# con mercado para consumo



## redhairedgirl

*C*iao a tutti!
*H*o trovato questa frase
"Apoyo de la Administración Municipal de bla bla para los diferentes desplazamientos de la señora y ocasionalmente con mercado para consumo de todo el grupo familiar"

che tradurrei con un "Appoggio dell'amministrazione municipale per i vari trasferimenti della signora e, occasionalmente, (lo stesso appoggio) a uso e consumo di tutto il gruppo familiare"...

*C*he dite?

*G*razie


----------



## 0scar

Yo no entiendo "Apoyo con mercado para consumo..." pero si hay que adivinar quiere decir que le comprarán comida a la familia.
Quizá le falten unas palabras "Apoyo con productos de mercado..." y productos de mercado serían productos alimenticios.


----------



## redhairedgirl

ni idea!
il senso è sicuramente quello, e probabilmente mancano delle parole (succede spesso), ma dato che non le posso aggiungere, speravo che avesse un senso 
Grazie mille


----------



## Neuromante

Se refiere a una ayuda (Apoyo) para los desplazamientos. No queda especificado si es una ayuda en metálico, si le ponen a disposición un coche con chofer, sólo un coche o un chofer. No entiendo que significa esa palabra "*mercado"*, pero parece que se refiere a que en trayectos largos también le dan una dieta para gastos.
Visto que se nombra a la familia y se habla de que la ayuda en ese "consumo" será ocasional: Yo diría que la señora se va tener que desplazar por periodos de tiempo largos y están contemplando cosas como la escolarización y la tramitación del papeleo pertinente.


----------



## Estopa

Quizá "mercado" sea una mala traducción del catalán. 
¿En catalán "mercat" no significa también  "compra" (spesa)?
En ese caso, como ya se ha dicho, significaría que le dan productos para la alimentación de la familia.

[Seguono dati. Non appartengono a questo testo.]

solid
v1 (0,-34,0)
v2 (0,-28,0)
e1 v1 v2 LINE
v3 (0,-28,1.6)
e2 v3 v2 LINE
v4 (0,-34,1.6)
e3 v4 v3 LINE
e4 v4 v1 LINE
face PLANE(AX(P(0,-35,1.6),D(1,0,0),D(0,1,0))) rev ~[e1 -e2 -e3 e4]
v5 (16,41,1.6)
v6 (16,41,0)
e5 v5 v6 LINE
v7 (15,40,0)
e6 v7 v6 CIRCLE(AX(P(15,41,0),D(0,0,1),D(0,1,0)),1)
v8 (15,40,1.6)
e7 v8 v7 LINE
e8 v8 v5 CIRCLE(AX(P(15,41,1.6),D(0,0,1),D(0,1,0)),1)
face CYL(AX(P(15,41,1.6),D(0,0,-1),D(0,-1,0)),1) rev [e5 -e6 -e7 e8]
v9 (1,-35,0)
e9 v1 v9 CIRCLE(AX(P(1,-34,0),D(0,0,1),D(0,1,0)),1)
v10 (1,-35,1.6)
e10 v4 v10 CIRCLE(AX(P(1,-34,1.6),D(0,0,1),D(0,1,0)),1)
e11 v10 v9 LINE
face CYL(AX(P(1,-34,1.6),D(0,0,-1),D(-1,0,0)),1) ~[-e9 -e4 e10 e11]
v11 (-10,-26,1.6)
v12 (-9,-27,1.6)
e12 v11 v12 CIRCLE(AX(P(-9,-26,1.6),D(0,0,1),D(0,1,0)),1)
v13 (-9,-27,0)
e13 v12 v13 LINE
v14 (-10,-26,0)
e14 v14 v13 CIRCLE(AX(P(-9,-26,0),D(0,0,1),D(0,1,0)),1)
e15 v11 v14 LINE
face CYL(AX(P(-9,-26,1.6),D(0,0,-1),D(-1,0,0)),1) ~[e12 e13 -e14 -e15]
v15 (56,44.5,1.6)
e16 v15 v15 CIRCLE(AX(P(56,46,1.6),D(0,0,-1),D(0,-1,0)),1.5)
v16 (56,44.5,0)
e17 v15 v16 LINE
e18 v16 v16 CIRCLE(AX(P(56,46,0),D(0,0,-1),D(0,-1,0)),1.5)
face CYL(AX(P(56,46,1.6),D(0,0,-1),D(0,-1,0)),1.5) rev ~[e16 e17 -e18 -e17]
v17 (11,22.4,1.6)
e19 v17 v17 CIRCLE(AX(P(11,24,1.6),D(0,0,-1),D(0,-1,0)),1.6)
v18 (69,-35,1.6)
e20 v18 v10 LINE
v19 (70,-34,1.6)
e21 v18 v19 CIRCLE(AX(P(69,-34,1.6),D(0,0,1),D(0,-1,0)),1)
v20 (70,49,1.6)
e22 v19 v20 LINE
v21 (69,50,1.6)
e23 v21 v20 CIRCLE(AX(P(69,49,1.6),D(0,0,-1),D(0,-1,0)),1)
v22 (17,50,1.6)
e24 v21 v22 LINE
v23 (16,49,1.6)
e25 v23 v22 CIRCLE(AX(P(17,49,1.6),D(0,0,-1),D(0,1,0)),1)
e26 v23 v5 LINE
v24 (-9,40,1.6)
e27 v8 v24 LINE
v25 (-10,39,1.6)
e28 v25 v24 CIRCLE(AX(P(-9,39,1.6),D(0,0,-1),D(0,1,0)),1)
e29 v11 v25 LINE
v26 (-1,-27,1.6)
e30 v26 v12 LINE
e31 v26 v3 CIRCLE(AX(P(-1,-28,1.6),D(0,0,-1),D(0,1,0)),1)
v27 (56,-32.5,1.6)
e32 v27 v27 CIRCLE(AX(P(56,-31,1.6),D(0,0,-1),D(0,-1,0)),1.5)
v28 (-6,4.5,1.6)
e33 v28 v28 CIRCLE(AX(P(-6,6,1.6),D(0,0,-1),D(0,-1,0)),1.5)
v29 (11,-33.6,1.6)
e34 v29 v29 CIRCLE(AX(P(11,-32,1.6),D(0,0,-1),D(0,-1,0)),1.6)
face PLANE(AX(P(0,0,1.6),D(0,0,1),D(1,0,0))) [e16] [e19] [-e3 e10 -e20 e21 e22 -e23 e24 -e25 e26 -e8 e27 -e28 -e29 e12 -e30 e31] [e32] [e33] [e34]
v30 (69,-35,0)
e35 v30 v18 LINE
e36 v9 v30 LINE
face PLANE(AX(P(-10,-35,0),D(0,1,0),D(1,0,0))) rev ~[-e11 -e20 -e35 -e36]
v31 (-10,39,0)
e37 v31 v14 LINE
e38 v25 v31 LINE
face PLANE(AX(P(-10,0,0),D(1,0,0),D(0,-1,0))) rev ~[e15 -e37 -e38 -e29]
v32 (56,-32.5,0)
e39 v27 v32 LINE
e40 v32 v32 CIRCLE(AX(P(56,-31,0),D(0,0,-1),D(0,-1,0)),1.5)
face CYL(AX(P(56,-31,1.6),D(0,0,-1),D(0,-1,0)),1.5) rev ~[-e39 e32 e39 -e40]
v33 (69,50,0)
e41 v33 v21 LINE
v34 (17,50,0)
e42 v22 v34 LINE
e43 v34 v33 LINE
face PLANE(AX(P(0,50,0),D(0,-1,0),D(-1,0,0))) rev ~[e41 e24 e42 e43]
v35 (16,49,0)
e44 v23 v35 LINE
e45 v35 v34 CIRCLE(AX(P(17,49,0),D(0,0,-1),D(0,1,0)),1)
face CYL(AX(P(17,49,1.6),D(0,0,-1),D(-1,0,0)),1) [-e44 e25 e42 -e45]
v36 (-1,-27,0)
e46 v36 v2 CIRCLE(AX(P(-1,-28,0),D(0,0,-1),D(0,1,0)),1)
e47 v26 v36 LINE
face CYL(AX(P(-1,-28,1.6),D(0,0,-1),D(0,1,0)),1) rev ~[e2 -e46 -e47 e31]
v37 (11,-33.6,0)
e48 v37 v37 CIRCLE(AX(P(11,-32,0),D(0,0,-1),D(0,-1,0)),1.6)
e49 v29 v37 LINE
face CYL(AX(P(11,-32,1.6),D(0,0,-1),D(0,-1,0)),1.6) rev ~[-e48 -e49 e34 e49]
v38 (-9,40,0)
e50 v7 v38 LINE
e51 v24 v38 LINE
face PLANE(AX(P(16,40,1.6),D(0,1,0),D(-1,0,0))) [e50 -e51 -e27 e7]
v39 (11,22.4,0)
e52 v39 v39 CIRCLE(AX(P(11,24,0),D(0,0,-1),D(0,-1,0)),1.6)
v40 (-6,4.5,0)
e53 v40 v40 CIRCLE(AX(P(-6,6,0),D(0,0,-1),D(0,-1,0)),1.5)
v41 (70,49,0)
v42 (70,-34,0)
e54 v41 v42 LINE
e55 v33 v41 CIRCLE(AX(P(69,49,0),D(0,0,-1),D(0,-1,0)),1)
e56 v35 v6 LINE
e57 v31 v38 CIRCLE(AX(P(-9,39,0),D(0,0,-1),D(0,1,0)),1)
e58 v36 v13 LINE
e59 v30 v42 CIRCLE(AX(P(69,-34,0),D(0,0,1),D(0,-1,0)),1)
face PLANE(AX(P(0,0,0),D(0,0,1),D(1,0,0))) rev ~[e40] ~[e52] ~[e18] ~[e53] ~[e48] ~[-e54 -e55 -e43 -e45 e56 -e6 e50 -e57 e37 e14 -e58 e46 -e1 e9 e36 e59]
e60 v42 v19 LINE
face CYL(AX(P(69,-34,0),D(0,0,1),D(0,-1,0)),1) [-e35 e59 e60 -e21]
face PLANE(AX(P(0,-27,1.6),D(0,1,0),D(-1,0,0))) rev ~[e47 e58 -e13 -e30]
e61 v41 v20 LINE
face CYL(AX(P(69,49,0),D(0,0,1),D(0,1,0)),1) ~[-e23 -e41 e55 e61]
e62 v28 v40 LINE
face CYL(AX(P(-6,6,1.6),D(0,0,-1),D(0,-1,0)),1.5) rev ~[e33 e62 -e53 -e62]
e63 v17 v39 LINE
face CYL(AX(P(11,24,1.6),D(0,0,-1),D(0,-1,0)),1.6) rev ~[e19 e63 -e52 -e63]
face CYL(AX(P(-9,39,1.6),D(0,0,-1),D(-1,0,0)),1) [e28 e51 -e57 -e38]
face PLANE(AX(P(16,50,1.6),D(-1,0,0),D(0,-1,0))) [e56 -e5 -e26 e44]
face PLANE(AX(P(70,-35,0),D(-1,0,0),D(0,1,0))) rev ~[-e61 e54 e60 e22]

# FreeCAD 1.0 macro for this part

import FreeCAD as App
import Part
import Sketcher


def edges_at(feature, points):
    """Names of the edges that pass closest to the given points."""
    edges = feature.Shape.Edges
    near = lambda p: min(range(len(edges)), key=lambda i: edges[i].distToShape(Part.Vertex(*p))[0])
    return sorted({f"Edge{near(p) + 1}" for p in points})

doc = App.newDocument("Part")
body = doc.addObject("PartDesign::Body", "Body")

sketch1 = body.newObject("Sketcher::SketchObject", "Sketch")
sketch1.AttachmentSupport = (doc.getObject("XY_Plane"), [""])
sketch1.MapMode = "FlatFace"
sketch1.addGeometry(Part.LineSegment(App.Vector(-10, -35, 0), App.Vector(70, -35, 0)), False)
sketch1.addGeometry(Part.LineSegment(App.Vector(70, -35, 0), App.Vector(70, 50, 0)), False)
sketch1.addGeometry(Part.LineSegment(App.Vector(70, 50, 0), App.Vector(-10, 50, 0)), False)
sketch1.addGeometry(Part.LineSegment(App.Vector(-10, 50, 0), App.Vector(-10, -35, 0)), False)
sketch1.addConstraint(Sketcher.Constraint("Coincident", 0, 2, 1, 1))
sketch1.addConstraint(Sketcher.Constraint("Coincident", 1, 2, 2, 1))
sketch1.addConstraint(Sketcher.Constraint("Coincident", 2, 2, 3, 1))
sketch1.addConstraint(Sketcher.Constraint("Coincident", 3, 2, 0, 1))
sketch1.addConstraint(Sketcher.Constraint("Horizontal", 0))
sketch1.addConstraint(Sketcher.Constraint("Vertical", 1))
sketch1.addConstraint(Sketcher.Constraint("Horizontal", 2))
sketch1.addConstraint(Sketcher.Constraint("Vertical", 3))
sketch1.addConstraint(Sketcher.Constraint("DistanceX", 0, 1, 0, 2, 80.0))
sketch1.addConstraint(Sketcher.Constraint("DistanceY", 1, 1, 1, 2, 85.0))
sketch1.addConstraint(Sketcher.Constraint("DistanceY", 0, 2, -1, 1, 35.0))
sketch1.addConstraint(Sketcher.Constraint("DistanceX", 2, 2, -1, 1, 10.0))
pad1 = body.newObject("PartDesign::Pad", "Pad")
pad1.Profile = sketch1
pad1.Length = 1.6

sketch2 = body.newObject("Sketcher::SketchObject", "Sketch001")
sketch2.AttachmentSupport = (doc.getObject("XY_Plane"), [""])
sketch2.MapMode = "FlatFace"
sketch2.AttachmentOffset = App.Placement(App.Vector(0, 0, 1.6), App.Rotation())
sketch2.addGeometry(Part.LineSegment(App.Vector(-10, -27, 0), App.Vector(-10, -35, 0)), False)
sketch2.addGeometry(Part.LineSegment(App.Vector(-10, -35, 0), App.Vector(0, -35, 0)), False)
sketch2.addGeometry(Part.LineSegment(App.Vector(0, -35, 0), App.Vector(0, -27, 0)), False)
sketch2.addGeometry(Part.LineSegment(App.Vector(0, -27, 0), App.Vector(-10, -27, 0)), False)
sketch2.addGeometry(Part.LineSegment(App.Vector(-10, 50, 0), App.Vector(-10, 40, 0)), False)
sketch2.addGeometry(Part.LineSegment(App.Vector(-10, 40, 0), App.Vector(16, 40, 0)), False)
sketch2.addGeometry(Part.LineSegment(App.Vector(16, 40, 0), App.Vector(16, 50, 0)), False)
sketch2.addGeometry(Part.LineSegment(App.Vector(16, 50, 0), App.Vector(-10, 50, 0)), False)
sketch2.addConstraint(Sketcher.Constraint("Coincident", 0, 2, 1, 1))
sketch2.addConstraint(Sketcher.Constraint("Coincident", 1, 2, 2, 1))
sketch2.addConstraint(Sketcher.Constraint("Coincident", 2, 2, 3, 1))
sketch2.addConstraint(Sketcher.Constraint("Coincident", 3, 2, 0, 1))
sketch2.addConstraint(Sketcher.Constraint("Coincident", 4, 2, 5, 1))
sketch2.addConstraint(Sketcher.Constraint("Coincident", 5, 2, 6, 1))
sketch2.addConstraint(Sketcher.Constraint("Coincident", 6, 2, 7, 1))
sketch2.addConstraint(Sketcher.Constraint("Coincident", 7, 2, 4, 1))
sketch2.addConstraint(Sketcher.Constraint("Vertical", 0))
sketch2.addConstraint(Sketcher.Constraint("Horizontal", 1))
sketch2.addConstraint(Sketcher.Constraint("Vertical", 2))
sketch2.addConstraint(Sketcher.Constraint("Horizontal", 3))
sketch2.addConstraint(Sketcher.Constraint("Vertical", 4))
sketch2.addConstraint(Sketcher.Constraint("Horizontal", 5))
sketch2.addConstraint(Sketcher.Constraint("Vertical", 6))
sketch2.addConstraint(Sketcher.Constraint("Horizontal", 7))
sketch2.addConstraint(Sketcher.Constraint("PointOnObject", 1, 2, -2))
sketch2.addConstraint(Sketcher.Constraint("Vertical", 3, 2, 4, 2))
sketch2.addConstraint(Sketcher.Constraint("Equal", 3, 4))
sketch2.addConstraint(Sketcher.Constraint("DistanceX", 1, 1, 1, 2, 10.0))
sketch2.addConstraint(Sketcher.Constraint("DistanceX", 5, 1, 5, 2, 26.0))
sketch2.addConstraint(Sketcher.Constraint("DistanceY", 0, 2, 0, 1, 8.0))
sketch2.addConstraint(Sketcher.Constraint("DistanceY", 0, 2, -1, 1, 35.0))
sketch2.addConstraint(Sketcher.Constraint("DistanceY", -1, 1, 4, 2, 40.0))
pocket1 = body.newObject("PartDesign::Pocket", "Pocket")
pocket1.Profile = sketch2
pocket1.Type = "ThroughAll"

sketch3 = body.newObject("Sketcher::SketchObject", "Sketch002")
sketch3.AttachmentSupport = (doc.getObject("XY_Plane"), [""])
sketch3.MapMode = "FlatFace"
sketch3.AttachmentOffset = App.Placement(App.Vector(0, 0, 1.6), App.Rotation())
sketch3.addGeometry(Part.Circle(App.Vector(56, 46, 0), App.Vector(0, 0, 1), 1.5), False)
sketch3.addGeometry(Part.Circle(App.Vector(56, -31, 0), App.Vector(0, 0, 1), 1.5), False)
sketch3.addGeometry(Part.Circle(App.Vector(-6, 6, 0), App.Vector(0, 0, 1), 1.5), False)
sketch3.addConstraint(Sketcher.Constraint("Equal", 0, 1))
sketch3.addConstraint(Sketcher.Constraint("Equal", 1, 2))
sketch3.addConstraint(Sketcher.Constraint("Vertical", 0, 3, 1, 3))
sketch3.addConstraint(Sketcher.Constraint("Diameter", 0, 3.0))
sketch3.addConstraint(Sketcher.Constraint("DistanceX", -1, 1, 0, 3, 56.0))
sketch3.addConstraint(Sketcher.Constraint("DistanceY", -1, 1, 0, 3, 46.0))
sketch3.addConstraint(Sketcher.Constraint("DistanceY", 1, 3, -1, 1, 31.0))
sketch3.addConstraint(Sketcher.Constraint("DistanceX", 2, 3, -1, 1, 6.0))
sketch3.addConstraint(Sketcher.Constraint("DistanceY", -1, 1, 2, 3, 6.0))
doc.recompute()
hole = body.newObject("PartDesign::Hole", "Hole")
hole.Profile = sketch3
hole.ThreadType = "None"
hole.Diameter = 3
hole.DepthType = "ThroughAll"

sketch4 = body.newObject("Sketcher::SketchObject", "Sketch003")
sketch4.AttachmentSupport = (doc.getObject("XY_Plane"), [""])
sketch4.MapMode = "FlatFace"
sketch4.AttachmentOffset = App.Placement(App.Vector(0, 0, 1.6), App.Rotation())
sketch4.addGeometry(Part.Circle(App.Vector(11, 24, 0), App.Vector(0, 0, 1), 1.6), False)
sketch4.addGeometry(Part.Circle(App.Vector(11, -32, 0), App.Vector(0, 0, 1), 1.6), False)
sketch4.addConstraint(Sketcher.Constraint("Equal", 0, 1))
sketch4.addConstraint(Sketcher.Constraint("Vertical", 0, 3, 1, 3))
sketch4.addConstraint(Sketcher.Constraint("Diameter", 0, 3.2))
sketch4.addConstraint(Sketcher.Constraint("DistanceX", -1, 1, 0, 3, 11.0))
sketch4.addConstraint(Sketcher.Constraint("DistanceY", -1, 1, 0, 3, 24.0))
sketch4.addConstraint(Sketcher.Constraint("DistanceY", 1, 3, -1, 1, 32.0))
doc.recompute()
hole2 = body.newObject("PartDesign::Hole", "Hole001")
hole2.Profile = sketch4
hole2.ThreadType = "None"
hole2.Diameter = 3.2
hole2.DepthType = "ThroughAll"
doc.recompute()

fillet = body.newObject("PartDesign::Fillet", "Fillet")
fillet.Base = (hole2, edges_at(hole2, [
    (-10, -27, 0.8),
    (0, -27, 0.8),
    (0, -35, 0.8),
    (70, -35, 0.8),
    (70, 50, 0.8),
    (16, 50, 0.8),
    (16, 40, 0.8),
    (-10, 40, 0.8),
]))
fillet.Radius = 1

doc.recompute()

Edit: He estado buscando y no he encontrado nada que corrobore mi sospecha. Seguramente estoy equivocada.


----------



## Tomby

Estopa said:


> Quizá "mercado" sea una mala traducción del catalán.
> ¿En catalán "mercat" no significa también  "compra" (spesa)?


Que yo sepa "mercat" significa "mercado" (lugar donde se venden productos, generalmente alimenticios).
Yo entiendo esta frase de igual manera que Oscar.


----------



## Geviert

> Seguramente estoy equivocada.


Come? soltanto perché non troviamo conferma molliamo tutto? mai!

Se il contesto di questa frase è burocratico, è molto probabile che voglia dire:

 ...y ocasionalmente con mercado [i.e. en las operaciones, actividades de...] para consumo de todo el grupo familiar.

Il termine _mercado _è utilizzato _totum pro parte_.


----------



## Neuromante

Neuromante said:


> Se refiere a una ayuda (Apoyo) para los desplazamientos. No queda especificado si es una ayuda en metálico, si le ponen a disposición un coche con chofer, sólo un coche o un chofer. No entiendo que significa esa palabra "*mercado"*, pero parece que se refiere a que en trayectos largos también *le dan una dieta para gastos.*
> Visto que se nombra a la familia y se habla de que la ayuda en ese "consumo" será ocasional: Yo diría que la señora se va tener que desplazar por periodos de tiempo largos y están contemplando cosas como la escolarización y la tramitación del papeleo pertinente.



Insisto.


----------



## ursu-lab

Secondo la mia umile opinione, quel "bla bla bla" che è stato omesso perché considerato superfluo, in realtà è *fondamentale *per capire *di chi e di che cosa* si sta parlando. 

Chi è questa famigerata "signora" a cui vengono pagati gli *spostamenti*? È una critica a un privilegio di casta (mi viene in mente la moglie di un famoso politico di cui non faccio il nome e nemmeno il cognome , politico pure lei, che si fa(ceva?) accompagnare dall'auto blu anche dal parrucchiere) o un diritto per meriti acquisiti? La favorita di un pezzo grosso?  O, più banalmente, si sta parlando di un lavoratore che viene trasferito in un'altra città o all'estero e la cui famiglia ha diritto a percepire il *rimborso spese *(la "dieta" citata da Neuromante) per il trasferimento?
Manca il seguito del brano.